▶ _The problem_: Each line below containing the word "BuildPart" needs to be shown.
Extracted material below:
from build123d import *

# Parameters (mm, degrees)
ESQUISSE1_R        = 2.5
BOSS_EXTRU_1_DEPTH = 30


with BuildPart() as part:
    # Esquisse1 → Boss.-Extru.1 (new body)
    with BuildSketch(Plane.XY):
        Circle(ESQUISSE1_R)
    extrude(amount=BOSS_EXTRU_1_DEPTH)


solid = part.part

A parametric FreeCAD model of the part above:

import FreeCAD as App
import Part
import Sketcher
from FreeCAD import Vector

doc = App.newDocument("Part")
body = doc.addObject("PartDesign::Body", "Body")

# Sketch on XY plane
sketch1 = body.newObject("Sketcher::SketchObject", "Sketch")
sketch1.AttachmentSupport = (doc.getObject("XY_Plane"), [""])
sketch1.MapMode = "FlatFace"
sketch1.addGeometry(Part.Circle(Vector(0, 0, 0), Vector(0, 0, 1), 2.5), False)
sketch1.addConstraint(Sketcher.Constraint("Coincident", 0, 3, -1, 1))
sketch1.addConstraint(Sketcher.Constraint("Diameter", 0, 5.0))
pad1 = body.newObject("PartDesign::Pad", "Pad")
pad1.Profile = sketch1
pad1.Length = 30

doc.recompute()
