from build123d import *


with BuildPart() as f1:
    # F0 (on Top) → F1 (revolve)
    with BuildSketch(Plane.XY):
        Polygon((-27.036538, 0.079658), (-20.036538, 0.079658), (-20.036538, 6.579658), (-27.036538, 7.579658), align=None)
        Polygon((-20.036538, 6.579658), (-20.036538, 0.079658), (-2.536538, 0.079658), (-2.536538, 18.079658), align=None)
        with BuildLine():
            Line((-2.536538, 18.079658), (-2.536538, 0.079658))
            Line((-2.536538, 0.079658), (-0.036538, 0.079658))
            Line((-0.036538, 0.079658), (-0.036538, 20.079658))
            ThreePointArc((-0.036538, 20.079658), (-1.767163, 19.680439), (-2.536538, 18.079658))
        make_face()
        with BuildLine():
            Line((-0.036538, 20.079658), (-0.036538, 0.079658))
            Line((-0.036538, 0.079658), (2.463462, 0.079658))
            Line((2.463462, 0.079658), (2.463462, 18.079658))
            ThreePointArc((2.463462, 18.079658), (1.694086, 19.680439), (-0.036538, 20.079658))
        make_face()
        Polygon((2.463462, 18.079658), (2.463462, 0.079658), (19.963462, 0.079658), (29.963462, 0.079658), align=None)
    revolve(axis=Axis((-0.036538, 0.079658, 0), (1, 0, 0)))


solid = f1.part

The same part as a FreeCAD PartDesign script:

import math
import FreeCAD as App
import Part
import Sketcher

V = App.Vector

doc = App.newDocument("Part")
body = doc.addObject("PartDesign::Body", "Body")

sketch1 = doc.addObject("Sketcher::SketchObject", "Sketch")
body.addObject(sketch1)
sketch1.AttachmentSupport = (doc.XY_Plane, [""])
sketch1.MapMode = "FlatFace"
sketch1.addGeometry([
    Part.LineSegment(V(-27, 0.1, 0), V(30, 0.1, 0)),
    Part.LineSegment(V(30, 0.1, 0), V(2.5, 18.1, 0)),
    Part.ArcOfCircle(Part.Circle(V(0.4, 18.1, 0), V(0, 0, 1), 2.1), math.radians(0), math.radians(103)),
    Part.ArcOfCircle(Part.Circle(V(-0.5, 18.1, 0), V(0, 0, 1), 2), math.radians(77), math.radians(180)),
    Part.LineSegment(V(-2.5, 18.1, 0), V(-20, 6.6, 0)),
    Part.LineSegment(V(-20, 6.6, 0), V(-27, 7.6, 0)),
    Part.LineSegment(V(-27, 7.6, 0), V(-27, 0.1, 0)),
], False)
sketch1.addGeometry(Part.LineSegment(V(-27, 0.1, 0), V(30, 0.1, 0)), True)
sketch1.addConstraint([
    Sketcher.Constraint("Coincident", 0, 2, 1, 1),
    Sketcher.Constraint("Coincident", 1, 2, 2, 1),
    Sketcher.Constraint("Coincident", 2, 2, 3, 1),
    Sketcher.Constraint("Coincident", 3, 2, 4, 1),
    Sketcher.Constraint("Coincident", 4, 2, 5, 1),
    Sketcher.Constraint("Coincident", 5, 2, 6, 1),
    Sketcher.Constraint("Coincident", 6, 2, 0, 1),
    Sketcher.Constraint("Horizontal", 0),
    Sketcher.Constraint("Vertical", 6),
    Sketcher.Constraint("Horizontal", 7),
    Sketcher.Constraint("Coincident", 7, 1, 6, 2),
    Sketcher.Constraint("Equal", 2, 3),
    Sketcher.Constraint("Horizontal", 2, 3, 3, 3),
    Sketcher.Constraint("Horizontal", 3, 3, 1, 2),
    Sketcher.Constraint("Horizontal", 1, 2, 3, 2),
    Sketcher.Constraint("Equal", 0, 7),
    Sketcher.Constraint("DistanceX", 0, 1, 0, 2, 57.0),
    Sketcher.Constraint("Radius", 2, 2.050001),
    Sketcher.Constraint("DistanceY", 6, 2, 6, 1, 7.5),
    Sketcher.Constraint("DistanceY", 0, 2, 2, 3, 17.999999),
    Sketcher.Constraint("DistanceY", 3, 3, 2, 2, 2.0),
    Sketcher.Constraint("DistanceX", 2, 2, 0, 2, 30.0),
    Sketcher.Constraint("DistanceX", 4, 2, 2, 2, 20.0),
    Sketcher.Constraint("DistanceY", 4, 2, 5, 2, 1.0),
    Sketcher.Constraint("DistanceX", -1, 1, 2, 3, 0.413461),
    Sketcher.Constraint("DistanceY", -1, 1, 3, 3, 18.079658),
])
revolution = doc.addObject("PartDesign::Revolution", "Revolution")
body.addObject(revolution)
revolution.Profile = sketch1
revolution.ReferenceAxis = (sketch1, ["Axis0"])
revolution.Angle = 360

doc.recompute()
End of Extracted material.
▶ _Response to the task_:
with BuildPart() as part:
with BuildPart() as f1:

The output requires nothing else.